Multilayer Perceptron, usually gets better results than NB or SVM because of the non-linearity introduced which is inherent to many text classification problems. I have implemented a highly parallel one using Theano/Lasagne which is easy to use and downloadable here.
Try to tune your l1/l2/elasticnet regularization. It makes a huge difference in SGDClassifier/SVM/Logistic Regression.
Try to use n-grams which is configurable in tfidfvectorizer.
If your documents have structure (e.g. have titles) consider using different features for different parts. For example add title_word1 to your document if word1 happens in the title of the document.
Consider using the length of the document as a feature (e.g. number of words or characters).
Consider using meta information about the document (e.g. time of creation, author name, url of the document, etc.).
Recently Facebook published their FastText classification code which performs very well across many tasks, be sure to try it.

Using Laplacian Correction along with AdaBoost.
In AdaBoost, first a weight is assigned to each data tuple in the training dataset. The intial weights are set using the init_weights method, which initializes each weight to be 1/d, where d is the size of the training data set.
Then, a generate_classifiers method is called, which runs k times, creating k instances of the Naïve Bayes classifier. These classifiers are then weighted, and the test data is run on each classifier. The sum of the weighted "votes" of the classifiers constitutes the final classification.

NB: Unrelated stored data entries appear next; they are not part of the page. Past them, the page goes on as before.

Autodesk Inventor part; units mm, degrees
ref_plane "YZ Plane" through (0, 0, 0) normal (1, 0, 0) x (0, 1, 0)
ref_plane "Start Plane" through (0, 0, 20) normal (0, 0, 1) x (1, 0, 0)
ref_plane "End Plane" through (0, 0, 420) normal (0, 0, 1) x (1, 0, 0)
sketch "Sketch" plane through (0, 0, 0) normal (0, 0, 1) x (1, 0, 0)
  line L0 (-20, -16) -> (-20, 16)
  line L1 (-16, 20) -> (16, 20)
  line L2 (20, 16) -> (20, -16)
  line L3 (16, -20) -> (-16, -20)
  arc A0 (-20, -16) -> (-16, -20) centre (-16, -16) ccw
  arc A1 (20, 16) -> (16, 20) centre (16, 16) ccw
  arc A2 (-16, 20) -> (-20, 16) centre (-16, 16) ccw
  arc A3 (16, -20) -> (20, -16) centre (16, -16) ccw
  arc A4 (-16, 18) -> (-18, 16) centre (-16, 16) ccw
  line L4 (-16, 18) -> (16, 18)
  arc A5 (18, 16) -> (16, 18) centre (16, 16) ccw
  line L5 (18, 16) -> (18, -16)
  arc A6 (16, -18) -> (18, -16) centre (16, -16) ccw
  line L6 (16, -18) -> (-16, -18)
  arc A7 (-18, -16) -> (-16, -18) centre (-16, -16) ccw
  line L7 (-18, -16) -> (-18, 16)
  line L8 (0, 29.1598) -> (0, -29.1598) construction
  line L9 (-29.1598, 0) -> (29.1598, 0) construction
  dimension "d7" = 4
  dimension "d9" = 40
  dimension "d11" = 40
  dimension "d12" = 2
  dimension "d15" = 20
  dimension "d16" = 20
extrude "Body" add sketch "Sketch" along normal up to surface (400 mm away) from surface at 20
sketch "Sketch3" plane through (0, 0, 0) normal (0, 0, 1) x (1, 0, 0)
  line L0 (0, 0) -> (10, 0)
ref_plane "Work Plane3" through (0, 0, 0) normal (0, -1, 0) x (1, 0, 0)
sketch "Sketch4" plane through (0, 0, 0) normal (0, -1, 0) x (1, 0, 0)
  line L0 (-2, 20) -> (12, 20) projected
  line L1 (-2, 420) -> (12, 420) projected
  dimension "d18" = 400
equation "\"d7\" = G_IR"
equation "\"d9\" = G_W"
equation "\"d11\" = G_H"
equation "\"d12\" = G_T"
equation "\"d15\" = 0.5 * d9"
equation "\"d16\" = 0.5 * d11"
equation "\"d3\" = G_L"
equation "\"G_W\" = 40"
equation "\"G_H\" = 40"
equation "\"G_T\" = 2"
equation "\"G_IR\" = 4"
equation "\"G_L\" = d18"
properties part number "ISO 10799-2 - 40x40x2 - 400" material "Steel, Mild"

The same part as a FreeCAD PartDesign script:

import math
import FreeCAD as App
import Part
import Sketcher
from FreeCAD import Vector
Q = App.Units.Quantity

doc = App.newDocument("Part")
body = doc.addObject("PartDesign::Body", "Body")

sketch1 = body.newObject("Sketcher::SketchObject", "Sketch")
sketch1.AttachmentSupport = (doc.getObject("XY_Plane"), [""])
sketch1.MapMode = "FlatFace"
sketch1.AttachmentOffset = App.Placement(Vector(0, 0, 20), App.Rotation())
sketch1.addGeometry([
    Part.LineSegment(Vector(-20, 16, 0), Vector(-20, -16, 0)),
    Part.ArcOfCircle(Part.Circle(Vector(-16, -16, 0), Vector(0, 0, 1), 4), math.radians(180), math.radians(270)),
    Part.LineSegment(Vector(-16, -20, 0), Vector(16, -20, 0)),
    Part.ArcOfCircle(Part.Circle(Vector(16, -16, 0), Vector(0, 0, 1), 4), math.radians(-90), math.radians(0)),
    Part.LineSegment(Vector(20, -16, 0), Vector(20, 16, 0)),
    Part.ArcOfCircle(Part.Circle(Vector(16, 16, 0), Vector(0, 0, 1), 4), math.radians(0), math.radians(90)),
    Part.LineSegment(Vector(16, 20, 0), Vector(-16, 20, 0)),
    Part.ArcOfCircle(Part.Circle(Vector(-16, 16, 0), Vector(0, 0, 1), 4), math.radians(90), math.radians(180)),
    Part.ArcOfCircle(Part.Circle(Vector(-16, 16, 0), Vector(0, 0, 1), 2), math.radians(90), math.radians(180)),
    Part.LineSegment(Vector(-16, 18, 0), Vector(16, 18, 0)),
    Part.ArcOfCircle(Part.Circle(Vector(16, 16, 0), Vector(0, 0, 1), 2), math.radians(0), math.radians(90)),
    Part.LineSegment(Vector(18, 16, 0), Vector(18, -16, 0)),
    Part.ArcOfCircle(Part.Circle(Vector(16, -16, 0), Vector(0, 0, 1), 2), math.radians(-90), math.radians(0)),
    Part.LineSegment(Vector(16, -18, 0), Vector(-16, -18, 0)),
    Part.ArcOfCircle(Part.Circle(Vector(-16, -16, 0), Vector(0, 0, 1), 2), math.radians(180), math.radians(270)),
    Part.LineSegment(Vector(-18, -16, 0), Vector(-18, 16, 0)),
], False)
sketch1.addConstraint([
    Sketcher.Constraint("Tangent", 0, 2, 1, 1),
    Sketcher.Constraint("Tangent", 1, 2, 2, 1),
    Sketcher.Constraint("Tangent", 2, 2, 3, 1),
    Sketcher.Constraint("Tangent", 3, 2, 4, 1),
    Sketcher.Constraint("Tangent", 4, 2, 5, 1),
    Sketcher.Constraint("Tangent", 5, 2, 6, 1),
    Sketcher.Constraint("Tangent", 6, 2, 7, 1),
    Sketcher.Constraint("Tangent", 7, 2, 0, 1),
    Sketcher.Constraint("Tangent", 8, 1, 9, 1),
    Sketcher.Constraint("Tangent", 9, 2, 10, 2),
    Sketcher.Constraint("Tangent", 10, 1, 11, 1),
    Sketcher.Constraint("Tangent", 11, 2, 12, 2),
    Sketcher.Constraint("Tangent", 12, 1, 13, 1),
    Sketcher.Constraint("Tangent", 13, 2, 14, 2),
    Sketcher.Constraint("Tangent", 14, 1, 15, 1),
    Sketcher.Constraint("Tangent", 15, 2, 8, 2),
    Sketcher.Constraint("Vertical", 0),
    Sketcher.Constraint("Horizontal", 2),
    Sketcher.Constraint("Vertical", 4),
    Sketcher.Constraint("Horizontal", 6),
    Sketcher.Constraint("Horizontal", 9),
    Sketcher.Constraint("Vertical", 11),
    Sketcher.Constraint("Horizontal", 13),
    Sketcher.Constraint("Vertical", 15),
    Sketcher.Constraint("Coincident", 8, 3, 7, 3),
    Sketcher.Constraint("Coincident", 10, 3, 5, 3),
    Sketcher.Constraint("Coincident", 12, 3, 3, 3),
    Sketcher.Constraint("Equal", 1, 3),
    Sketcher.Constraint("Equal", 3, 5),
    Sketcher.Constraint("Equal", 5, 7),
    Sketcher.Constraint("Equal", 12, 14),
    Sketcher.Constraint("Symmetric", 1, 3, 5, 3, -1, 1),
    Sketcher.Constraint("Equal", 13, 0),
    Sketcher.Constraint("Radius", 1, Q("4 mm")),
    Sketcher.Constraint("Radius", 8, Q("2 mm")),
    Sketcher.Constraint("DistanceX", 0, 2, -1, 1, Q("20 mm")),
])
pad1 = body.newObject("PartDesign::Pad", "Pad")
pad1.Profile = sketch1
pad1.Length = 400

doc.recompute()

Improves Naive Bayes classifier for general cases
Take the logarithm of your probabilities as input features
We change the probability space to log probability space since we calculate the probability by multiplying probabilities and the result will be very small. when we change to log probability features, we can tackle the under-runs problem.
Remove correlated features.
Naive Byes works based on the assumption of independence when we have a correlation between features which means one feature depends on others then our assumption will fail.
More about correlation can be found here
Work with enough data not the huge data
naive Bayes require less data than logistic regression since it only needs data to understand the probabilistic relationship of each attribute in isolation with the output variable, not the interactions.
Check zero frequency error
If the test data set has zero frequency issue, apply smoothing techniques “Laplace Correction” to predict the class of test data set.
More than this is well described in the following posts
Please refer below posts.
machinelearningmastery site post
Analyticvidhya site post

keeping the n size small also make NB to give high accuracy result. and at the core, as the n size increase its accuracy degrade,

Select features which have less correlation between them. And try using different combination of features at a time.